** Opening Data shown block **

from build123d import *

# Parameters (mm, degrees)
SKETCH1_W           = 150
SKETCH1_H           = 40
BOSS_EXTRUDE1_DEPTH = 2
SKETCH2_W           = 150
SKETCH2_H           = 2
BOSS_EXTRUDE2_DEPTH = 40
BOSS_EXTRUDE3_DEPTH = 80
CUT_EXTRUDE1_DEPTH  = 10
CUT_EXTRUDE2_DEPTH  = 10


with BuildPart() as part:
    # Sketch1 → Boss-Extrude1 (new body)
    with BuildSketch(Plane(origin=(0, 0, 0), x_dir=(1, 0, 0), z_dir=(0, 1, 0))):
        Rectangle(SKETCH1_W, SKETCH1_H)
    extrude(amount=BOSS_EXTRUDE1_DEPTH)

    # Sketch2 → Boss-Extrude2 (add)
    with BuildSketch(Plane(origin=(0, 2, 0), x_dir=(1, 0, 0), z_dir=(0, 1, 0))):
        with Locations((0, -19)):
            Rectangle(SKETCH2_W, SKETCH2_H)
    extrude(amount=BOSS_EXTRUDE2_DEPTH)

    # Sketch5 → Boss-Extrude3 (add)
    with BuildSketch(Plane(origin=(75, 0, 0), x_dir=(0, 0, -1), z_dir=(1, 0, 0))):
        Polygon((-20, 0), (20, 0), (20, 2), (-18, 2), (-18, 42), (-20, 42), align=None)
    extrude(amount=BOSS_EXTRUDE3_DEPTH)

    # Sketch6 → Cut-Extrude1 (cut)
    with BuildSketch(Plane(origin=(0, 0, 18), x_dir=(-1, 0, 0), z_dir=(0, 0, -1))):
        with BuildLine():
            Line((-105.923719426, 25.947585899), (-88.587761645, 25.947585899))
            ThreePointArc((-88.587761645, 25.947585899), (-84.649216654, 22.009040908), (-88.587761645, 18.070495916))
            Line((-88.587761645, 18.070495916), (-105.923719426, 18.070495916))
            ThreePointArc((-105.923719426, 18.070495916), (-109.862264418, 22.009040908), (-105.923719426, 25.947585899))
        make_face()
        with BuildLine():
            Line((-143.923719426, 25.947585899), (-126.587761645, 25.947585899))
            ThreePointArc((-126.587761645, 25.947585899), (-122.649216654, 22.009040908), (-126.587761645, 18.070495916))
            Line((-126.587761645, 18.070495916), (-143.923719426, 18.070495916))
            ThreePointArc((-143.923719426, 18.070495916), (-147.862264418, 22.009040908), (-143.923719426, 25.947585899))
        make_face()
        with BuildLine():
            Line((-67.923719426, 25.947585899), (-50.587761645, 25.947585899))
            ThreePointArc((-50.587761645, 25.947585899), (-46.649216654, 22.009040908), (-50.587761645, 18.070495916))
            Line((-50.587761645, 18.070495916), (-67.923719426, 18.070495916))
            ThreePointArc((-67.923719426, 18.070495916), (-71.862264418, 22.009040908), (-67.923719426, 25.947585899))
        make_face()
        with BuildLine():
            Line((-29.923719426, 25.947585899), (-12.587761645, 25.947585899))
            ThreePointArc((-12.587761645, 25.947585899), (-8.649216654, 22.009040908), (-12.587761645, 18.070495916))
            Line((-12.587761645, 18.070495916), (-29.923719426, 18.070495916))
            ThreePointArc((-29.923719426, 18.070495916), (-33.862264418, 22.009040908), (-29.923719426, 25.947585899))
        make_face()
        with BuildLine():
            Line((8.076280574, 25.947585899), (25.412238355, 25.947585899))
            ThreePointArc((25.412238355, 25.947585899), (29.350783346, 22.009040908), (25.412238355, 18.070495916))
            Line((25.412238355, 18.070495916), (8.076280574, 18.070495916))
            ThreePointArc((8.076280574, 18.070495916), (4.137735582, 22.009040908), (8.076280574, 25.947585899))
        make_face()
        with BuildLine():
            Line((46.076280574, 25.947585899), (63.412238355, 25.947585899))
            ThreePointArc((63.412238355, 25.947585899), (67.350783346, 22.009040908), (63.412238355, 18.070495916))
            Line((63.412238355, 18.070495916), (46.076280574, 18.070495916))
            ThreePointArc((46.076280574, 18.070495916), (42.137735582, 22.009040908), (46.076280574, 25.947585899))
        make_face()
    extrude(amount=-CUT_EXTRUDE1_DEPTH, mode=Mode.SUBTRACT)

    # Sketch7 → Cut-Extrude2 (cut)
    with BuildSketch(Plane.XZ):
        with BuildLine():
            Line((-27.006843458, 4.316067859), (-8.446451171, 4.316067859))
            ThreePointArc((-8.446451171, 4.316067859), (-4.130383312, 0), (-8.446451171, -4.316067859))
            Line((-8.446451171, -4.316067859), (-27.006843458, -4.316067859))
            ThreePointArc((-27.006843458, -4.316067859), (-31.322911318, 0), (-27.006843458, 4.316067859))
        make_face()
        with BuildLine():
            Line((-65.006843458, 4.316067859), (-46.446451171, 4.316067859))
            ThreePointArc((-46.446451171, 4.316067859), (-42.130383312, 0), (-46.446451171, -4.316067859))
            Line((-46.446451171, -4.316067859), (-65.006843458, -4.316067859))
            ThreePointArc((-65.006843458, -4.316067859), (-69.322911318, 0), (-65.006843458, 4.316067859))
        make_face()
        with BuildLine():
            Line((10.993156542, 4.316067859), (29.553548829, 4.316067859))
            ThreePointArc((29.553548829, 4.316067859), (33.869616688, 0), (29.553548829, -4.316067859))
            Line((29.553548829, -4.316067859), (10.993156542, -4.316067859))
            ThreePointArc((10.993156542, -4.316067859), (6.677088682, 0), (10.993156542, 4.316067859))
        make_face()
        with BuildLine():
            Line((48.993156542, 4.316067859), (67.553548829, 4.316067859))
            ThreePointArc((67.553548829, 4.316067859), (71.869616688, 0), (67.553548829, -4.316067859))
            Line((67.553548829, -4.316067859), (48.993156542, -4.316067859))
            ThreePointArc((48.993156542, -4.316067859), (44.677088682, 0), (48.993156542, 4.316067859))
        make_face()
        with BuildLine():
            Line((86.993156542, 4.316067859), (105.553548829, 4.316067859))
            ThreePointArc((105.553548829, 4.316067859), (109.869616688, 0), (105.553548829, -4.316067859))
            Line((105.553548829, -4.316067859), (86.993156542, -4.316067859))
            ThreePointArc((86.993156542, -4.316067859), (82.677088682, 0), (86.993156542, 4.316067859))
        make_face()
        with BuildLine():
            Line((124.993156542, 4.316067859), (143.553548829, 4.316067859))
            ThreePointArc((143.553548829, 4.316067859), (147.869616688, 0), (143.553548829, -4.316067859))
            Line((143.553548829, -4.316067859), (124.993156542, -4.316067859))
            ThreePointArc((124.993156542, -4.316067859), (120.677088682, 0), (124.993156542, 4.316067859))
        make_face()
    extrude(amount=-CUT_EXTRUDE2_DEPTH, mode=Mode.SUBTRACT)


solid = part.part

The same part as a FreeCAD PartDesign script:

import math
import FreeCAD as App
import Part
import Sketcher


def add_polygon(sketch, points):
    """Adds a closed chain of lines whose ends are joined by coincident constraints."""
    first, n = sketch.GeometryCount, len(points)
    for a, b in zip(points, points[1:] + points[:1]):
        sketch.addGeometry(Part.LineSegment(App.Vector(*a, 0), App.Vector(*b, 0)), False)
    for i in range(n):
        sketch.addConstraint(Sketcher.Constraint("Coincident", first + i, 2, first + (i + 1) % n, 1))

doc = App.newDocument("Part")
body = doc.addObject("PartDesign::Body", "Body")

sketch1 = doc.addObject("Sketcher::SketchObject", "Sketch")
body.addObject(sketch1)
sketch1.AttachmentSupport = (doc.XZ_Plane, [""])
sketch1.MapMode = "FlatFace"
add_polygon(sketch1, [(-75, -20), (-75, 20), (75, 20), (75, -20)])
sketch1.addConstraint([
    Sketcher.Constraint("Vertical", 0),
    Sketcher.Constraint("Horizontal", 1),
    Sketcher.Constraint("Vertical", 2),
    Sketcher.Constraint("Horizontal", 3),
    Sketcher.Constraint("Symmetric", 0, 2, 2, 2, -1, 1),
    Sketcher.Constraint("DistanceX", 1, 1, 1, 2, 150.0),
    Sketcher.Constraint("DistanceY", 0, 1, 0, 2, 40.0),
])
pad1 = doc.addObject("PartDesign::Pad", "Pad")
body.addObject(pad1)
pad1.Profile = sketch1
pad1.Length = 2
pad1.Reversed = True

sketch2 = doc.addObject("Sketcher::SketchObject", "Sketch001")
body.addObject(sketch2)
sketch2.AttachmentSupport = (doc.XZ_Plane, [""])
sketch2.MapMode = "FlatFace"
sketch2.AttachmentOffset = App.Placement(App.Vector(0, 0, -2), App.Rotation())
add_polygon(sketch2, [(-75, 18), (-75, 20), (75, 20), (75, 18)])
sketch2.addConstraint([
    Sketcher.Constraint("Vertical", 0),
    Sketcher.Constraint("Horizontal", 1),
    Sketcher.Constraint("Vertical", 2),
    Sketcher.Constraint("Horizontal", 3),
    Sketcher.Constraint("DistanceX", 1, 1, 1, 2, 150.0),
    Sketcher.Constraint("DistanceY", 0, 1, 0, 2, 2.0),
    Sketcher.Constraint("DistanceX", 0, 2, -1, 1, 75.0),
    Sketcher.Constraint("DistanceY", -1, 1, 0, 2, 20.0),
])
pad2 = doc.addObject("PartDesign::Pad", "Pad001")
body.addObject(pad2)
pad2.Profile = sketch2
pad2.Length = 40
pad2.Reversed = True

** Closing Data shown block **

Task requirements ::
Output the records above exactly, from their first line through the line that contains "# Sketch1 → Boss-Extrude1 (new body)", and add nothing.

Answer to this problem ::
from build123d import *

# Parameters (mm, degrees)
SKETCH1_W           = 150
SKETCH1_H           = 40
BOSS_EXTRUDE1_DEPTH = 2
SKETCH2_W           = 150
SKETCH2_H           = 2
BOSS_EXTRUDE2_DEPTH = 40
BOSS_EXTRUDE3_DEPTH = 80
CUT_EXTRUDE1_DEPTH  = 10
CUT_EXTRUDE2_DEPTH  = 10


with BuildPart() as part:
    # Sketch1 → Boss-Extrude1 (new body)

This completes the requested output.